The records below:
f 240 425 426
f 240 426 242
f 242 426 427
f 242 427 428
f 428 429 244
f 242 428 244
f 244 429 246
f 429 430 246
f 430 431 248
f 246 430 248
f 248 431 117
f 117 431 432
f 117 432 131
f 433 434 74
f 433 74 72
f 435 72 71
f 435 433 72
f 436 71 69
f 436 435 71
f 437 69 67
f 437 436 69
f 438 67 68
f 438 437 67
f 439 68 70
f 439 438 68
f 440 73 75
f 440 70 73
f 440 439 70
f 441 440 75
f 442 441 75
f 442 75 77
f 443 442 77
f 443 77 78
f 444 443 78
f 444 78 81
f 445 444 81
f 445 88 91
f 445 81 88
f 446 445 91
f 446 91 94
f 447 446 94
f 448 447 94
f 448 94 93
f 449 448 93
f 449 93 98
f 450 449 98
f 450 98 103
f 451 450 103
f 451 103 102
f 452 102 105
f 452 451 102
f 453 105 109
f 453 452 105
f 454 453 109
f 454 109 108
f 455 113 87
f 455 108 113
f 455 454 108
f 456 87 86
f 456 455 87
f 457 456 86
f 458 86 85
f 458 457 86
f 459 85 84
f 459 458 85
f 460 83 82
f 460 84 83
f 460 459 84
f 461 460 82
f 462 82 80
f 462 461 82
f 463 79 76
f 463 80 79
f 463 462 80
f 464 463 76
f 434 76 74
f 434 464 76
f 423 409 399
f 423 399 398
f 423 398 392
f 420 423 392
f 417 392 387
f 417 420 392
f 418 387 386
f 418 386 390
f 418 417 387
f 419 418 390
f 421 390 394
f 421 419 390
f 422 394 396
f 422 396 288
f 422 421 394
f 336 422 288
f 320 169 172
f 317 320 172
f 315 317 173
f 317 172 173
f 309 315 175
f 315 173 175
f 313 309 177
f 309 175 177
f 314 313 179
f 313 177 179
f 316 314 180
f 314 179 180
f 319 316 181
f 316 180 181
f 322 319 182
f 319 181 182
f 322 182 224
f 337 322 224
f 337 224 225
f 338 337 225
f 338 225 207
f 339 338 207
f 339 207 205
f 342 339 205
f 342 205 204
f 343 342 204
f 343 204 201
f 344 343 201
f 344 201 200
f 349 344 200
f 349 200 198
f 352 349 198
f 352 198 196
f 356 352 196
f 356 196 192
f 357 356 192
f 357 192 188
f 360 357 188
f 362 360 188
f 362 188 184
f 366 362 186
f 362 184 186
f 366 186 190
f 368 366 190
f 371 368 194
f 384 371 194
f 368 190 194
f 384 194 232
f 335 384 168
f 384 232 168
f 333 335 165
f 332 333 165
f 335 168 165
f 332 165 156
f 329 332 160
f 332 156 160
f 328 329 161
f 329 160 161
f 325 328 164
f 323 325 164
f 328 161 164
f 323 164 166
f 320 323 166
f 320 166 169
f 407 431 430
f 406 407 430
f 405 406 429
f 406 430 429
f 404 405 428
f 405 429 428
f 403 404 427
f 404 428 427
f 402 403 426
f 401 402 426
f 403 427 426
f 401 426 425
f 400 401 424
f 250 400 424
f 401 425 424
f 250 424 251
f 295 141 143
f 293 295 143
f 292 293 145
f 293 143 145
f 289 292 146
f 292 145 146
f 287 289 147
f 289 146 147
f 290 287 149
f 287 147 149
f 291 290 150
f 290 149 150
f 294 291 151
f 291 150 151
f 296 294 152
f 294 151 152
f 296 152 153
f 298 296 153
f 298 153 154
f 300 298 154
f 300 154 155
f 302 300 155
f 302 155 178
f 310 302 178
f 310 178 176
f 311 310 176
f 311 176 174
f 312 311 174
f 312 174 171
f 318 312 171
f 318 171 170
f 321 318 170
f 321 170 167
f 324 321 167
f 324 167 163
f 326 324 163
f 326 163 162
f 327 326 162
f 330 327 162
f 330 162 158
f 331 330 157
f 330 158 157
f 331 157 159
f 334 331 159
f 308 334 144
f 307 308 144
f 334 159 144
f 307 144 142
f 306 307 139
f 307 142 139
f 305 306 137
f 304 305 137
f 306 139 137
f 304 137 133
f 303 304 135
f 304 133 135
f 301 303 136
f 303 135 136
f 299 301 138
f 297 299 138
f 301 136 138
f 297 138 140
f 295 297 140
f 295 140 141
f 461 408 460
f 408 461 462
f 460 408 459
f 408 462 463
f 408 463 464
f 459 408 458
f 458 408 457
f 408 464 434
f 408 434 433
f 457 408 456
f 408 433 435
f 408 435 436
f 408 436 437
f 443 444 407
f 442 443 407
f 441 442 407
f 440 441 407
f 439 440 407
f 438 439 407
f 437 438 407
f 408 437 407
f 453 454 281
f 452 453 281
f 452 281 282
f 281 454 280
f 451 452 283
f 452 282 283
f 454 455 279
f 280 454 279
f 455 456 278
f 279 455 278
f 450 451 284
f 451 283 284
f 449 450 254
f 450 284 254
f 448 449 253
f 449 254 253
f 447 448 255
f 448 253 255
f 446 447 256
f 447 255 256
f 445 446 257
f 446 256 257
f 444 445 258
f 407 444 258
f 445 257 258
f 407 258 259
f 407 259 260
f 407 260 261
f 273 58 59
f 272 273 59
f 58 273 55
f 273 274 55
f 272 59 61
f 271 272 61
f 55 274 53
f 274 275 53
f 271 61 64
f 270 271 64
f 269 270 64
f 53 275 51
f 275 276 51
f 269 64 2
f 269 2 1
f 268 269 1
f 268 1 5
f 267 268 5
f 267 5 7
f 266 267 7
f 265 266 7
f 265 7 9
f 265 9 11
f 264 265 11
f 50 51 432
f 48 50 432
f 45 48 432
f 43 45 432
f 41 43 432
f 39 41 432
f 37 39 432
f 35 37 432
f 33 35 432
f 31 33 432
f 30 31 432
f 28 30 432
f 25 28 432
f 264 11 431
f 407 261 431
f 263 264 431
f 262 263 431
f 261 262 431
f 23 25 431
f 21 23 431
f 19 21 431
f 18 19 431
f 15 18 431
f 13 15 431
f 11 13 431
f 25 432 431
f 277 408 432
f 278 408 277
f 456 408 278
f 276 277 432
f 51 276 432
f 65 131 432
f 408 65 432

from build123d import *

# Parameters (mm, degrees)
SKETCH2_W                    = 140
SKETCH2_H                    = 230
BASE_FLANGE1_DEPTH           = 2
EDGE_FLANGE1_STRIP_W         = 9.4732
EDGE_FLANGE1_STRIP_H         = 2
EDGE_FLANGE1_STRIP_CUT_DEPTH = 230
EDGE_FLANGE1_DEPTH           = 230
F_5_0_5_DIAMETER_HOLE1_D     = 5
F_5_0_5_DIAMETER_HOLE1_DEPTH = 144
End of The records.
What is expected: Please repeat every entry, exactly as it was written.

Response:
f 240 425 426
f 240 426 242
f 242 426 427
f 242 427 428
f 428 429 244
f 242 428 244
f 244 429 246
f 429 430 246
f 430 431 248
f 246 430 248
f 248 431 117
f 117 431 432
f 117 432 131
f 433 434 74
f 433 74 72
f 435 72 71
f 435 433 72
f 436 71 69
f 436 435 71
f 437 69 67
f 437 436 69
f 438 67 68
f 438 437 67
f 439 68 70
f 439 438 68
f 440 73 75
f 440 70 73
f 440 439 70
f 441 440 75
f 442 441 75
f 442 75 77
f 443 442 77
f 443 77 78
f 444 443 78
f 444 78 81
f 445 444 81
f 445 88 91
f 445 81 88
f 446 445 91
f 446 91 94
f 447 446 94
f 448 447 94
f 448 94 93
f 449 448 93
f 449 93 98
f 450 449 98
f 450 98 103
f 451 450 103
f 451 103 102
f 452 102 105
f 452 451 102
f 453 105 109
f 453 452 105
f 454 453 109
f 454 109 108
f 455 113 87
f 455 108 113
f 455 454 108
f 456 87 86
f 456 455 87
f 457 456 86
f 458 86 85
f 458 457 86
f 459 85 84
f 459 458 85
f 460 83 82
f 460 84 83
f 460 459 84
f 461 460 82
f 462 82 80
f 462 461 82
f 463 79 76
f 463 80 79
f 463 462 80
f 464 463 76
f 434 76 74
f 434 464 76
f 423 409 399
f 423 399 398
f 423 398 392
f 420 423 392
f 417 392 387
f 417 420 392
f 418 387 386
f 418 386 390
f 418 417 387
f 419 418 390
f 421 390 394
f 421 419 390
f 422 394 396
f 422 396 288
f 422 421 394
f 336 422 288
f 320 169 172
f 317 320 172
f 315 317 173
f 317 172 173
f 309 315 175
f 315 173 175
f 313 309 177
f 309 175 177
f 314 313 179
f 313 177 179
f 316 314 180
f 314 179 180
f 319 316 181
f 316 180 181
f 322 319 182
f 319 181 182
f 322 182 224
f 337 322 224
f 337 224 225
f 338 337 225
f 338 225 207
f 339 338 207
f 339 207 205
f 342 339 205
f 342 205 204
f 343 342 204
f 343 204 201
f 344 343 201
f 344 201 200
f 349 344 200
f 349 200 198
f 352 349 198
f 352 198 196
f 356 352 196
f 356 196 192
f 357 356 192
f 357 192 188
f 360 357 188
f 362 360 188
f 362 188 184
f 366 362 186
f 362 184 186
f 366 186 190
f 368 366 190
f 371 368 194
f 384 371 194
f 368 190 194
f 384 194 232
f 335 384 168
f 384 232 168
f 333 335 165
f 332 333 165
f 335 168 165
f 332 165 156
f 329 332 160
f 332 156 160
f 328 329 161
f 329 160 161
f 325 328 164
f 323 325 164
f 328 161 164
f 323 164 166
f 320 323 166
f 320 166 169
f 407 431 430
f 406 407 430
f 405 406 429
f 406 430 429
f 404 405 428
f 405 429 428
f 403 404 427
f 404 428 427
f 402 403 426
f 401 402 426
f 403 427 426
f 401 426 425
f 400 401 424
f 250 400 424
f 401 425 424
f 250 424 251
f 295 141 143
f 293 295 143
f 292 293 145
f 293 143 145
f 289 292 146
f 292 145 146
f 287 289 147
f 289 146 147
f 290 287 149
f 287 147 149
f 291 290 150
f 290 149 150
f 294 291 151
f 291 150 151
f 296 294 152
f 294 151 152
f 296 152 153
f 298 296 153
f 298 153 154
f 300 298 154
f 300 154 155
f 302 300 155
f 302 155 178
f 310 302 178
f 310 178 176
f 311 310 176
f 311 176 174
f 312 311 174
f 312 174 171
f 318 312 171
f 318 171 170
f 321 318 170
f 321 170 167
f 324 321 167
f 324 167 163
f 326 324 163
f 326 163 162
f 327 326 162
f 330 327 162
f 330 162 158
f 331 330 157
f 330 158 157
f 331 157 159
f 334 331 159
f 308 334 144
f 307 308 144
f 334 159 144
f 307 144 142
f 306 307 139
f 307 142 139
f 305 306 137
f 304 305 137
f 306 139 137
f 304 137 133
f 303 304 135
f 304 133 135
f 301 303 136
f 303 135 136
f 299 301 138
f 297 299 138
f 301 136 138
f 297 138 140
f 295 297 140
f 295 140 141
f 461 408 460
f 408 461 462
f 460 408 459
f 408 462 463
f 408 463 464
f 459 408 458
f 458 408 457
f 408 464 434
f 408 434 433
f 457 408 456
f 408 433 435
f 408 435 436
f 408 436 437
f 443 444 407
f 442 443 407
f 441 442 407
f 440 441 407
f 439 440 407
f 438 439 407
f 437 438 407
f 408 437 407
f 453 454 281
f 452 453 281
f 452 281 282
f 281 454 280
f 451 452 283
f 452 282 283
f 454 455 279
f 280 454 279
f 455 456 278
f 279 455 278
f 450 451 284
f 451 283 284
f 449 450 254
f 450 284 254
f 448 449 253
f 449 254 253
f 447 448 255
f 448 253 255
f 446 447 256
f 447 255 256
f 445 446 257
f 446 256 257
f 444 445 258
f 407 444 258
f 445 257 258
f 407 258 259
f 407 259 260
f 407 260 261
f 273 58 59
f 272 273 59
f 58 273 55
f 273 274 55
f 272 59 61
f 271 272 61
f 55 274 53
f 274 275 53
f 271 61 64
f 270 271 64
f 269 270 64
f 53 275 51
f 275 276 51
f 269 64 2
f 269 2 1
f 268 269 1
f 268 1 5
f 267 268 5
f 267 5 7
f 266 267 7
f 265 266 7
f 265 7 9
f 265 9 11
f 264 265 11
f 50 51 432
f 48 50 432
f 45 48 432
f 43 45 432
f 41 43 432
f 39 41 432
f 37 39 432
f 35 37 432
f 33 35 432
f 31 33 432
f 30 31 432
f 28 30 432
f 25 28 432
f 264 11 431
f 407 261 431
f 263 264 431
f 262 263 431
f 261 262 431
f 23 25 431
f 21 23 431
f 19 21 431
f 18 19 431
f 15 18 431
f 13 15 431
f 11 13 431
f 25 432 431
f 277 408 432
f 278 408 277
f 456 408 278
f 276 277 432
f 51 276 432
f 65 131 432
f 408 65 432

from build123d import *

# Parameters (mm, degrees)
SKETCH2_W                    = 140
SKETCH2_H                    = 230
BASE_FLANGE1_DEPTH           = 2
EDGE_FLANGE1_STRIP_W         = 9.4732
EDGE_FLANGE1_STRIP_H         = 2
EDGE_FLANGE1_STRIP_CUT_DEPTH = 230
EDGE_FLANGE1_DEPTH           = 230
F_5_0_5_DIAMETER_HOLE1_D     = 5
F_5_0_5_DIAMETER_HOLE1_DEPTH = 144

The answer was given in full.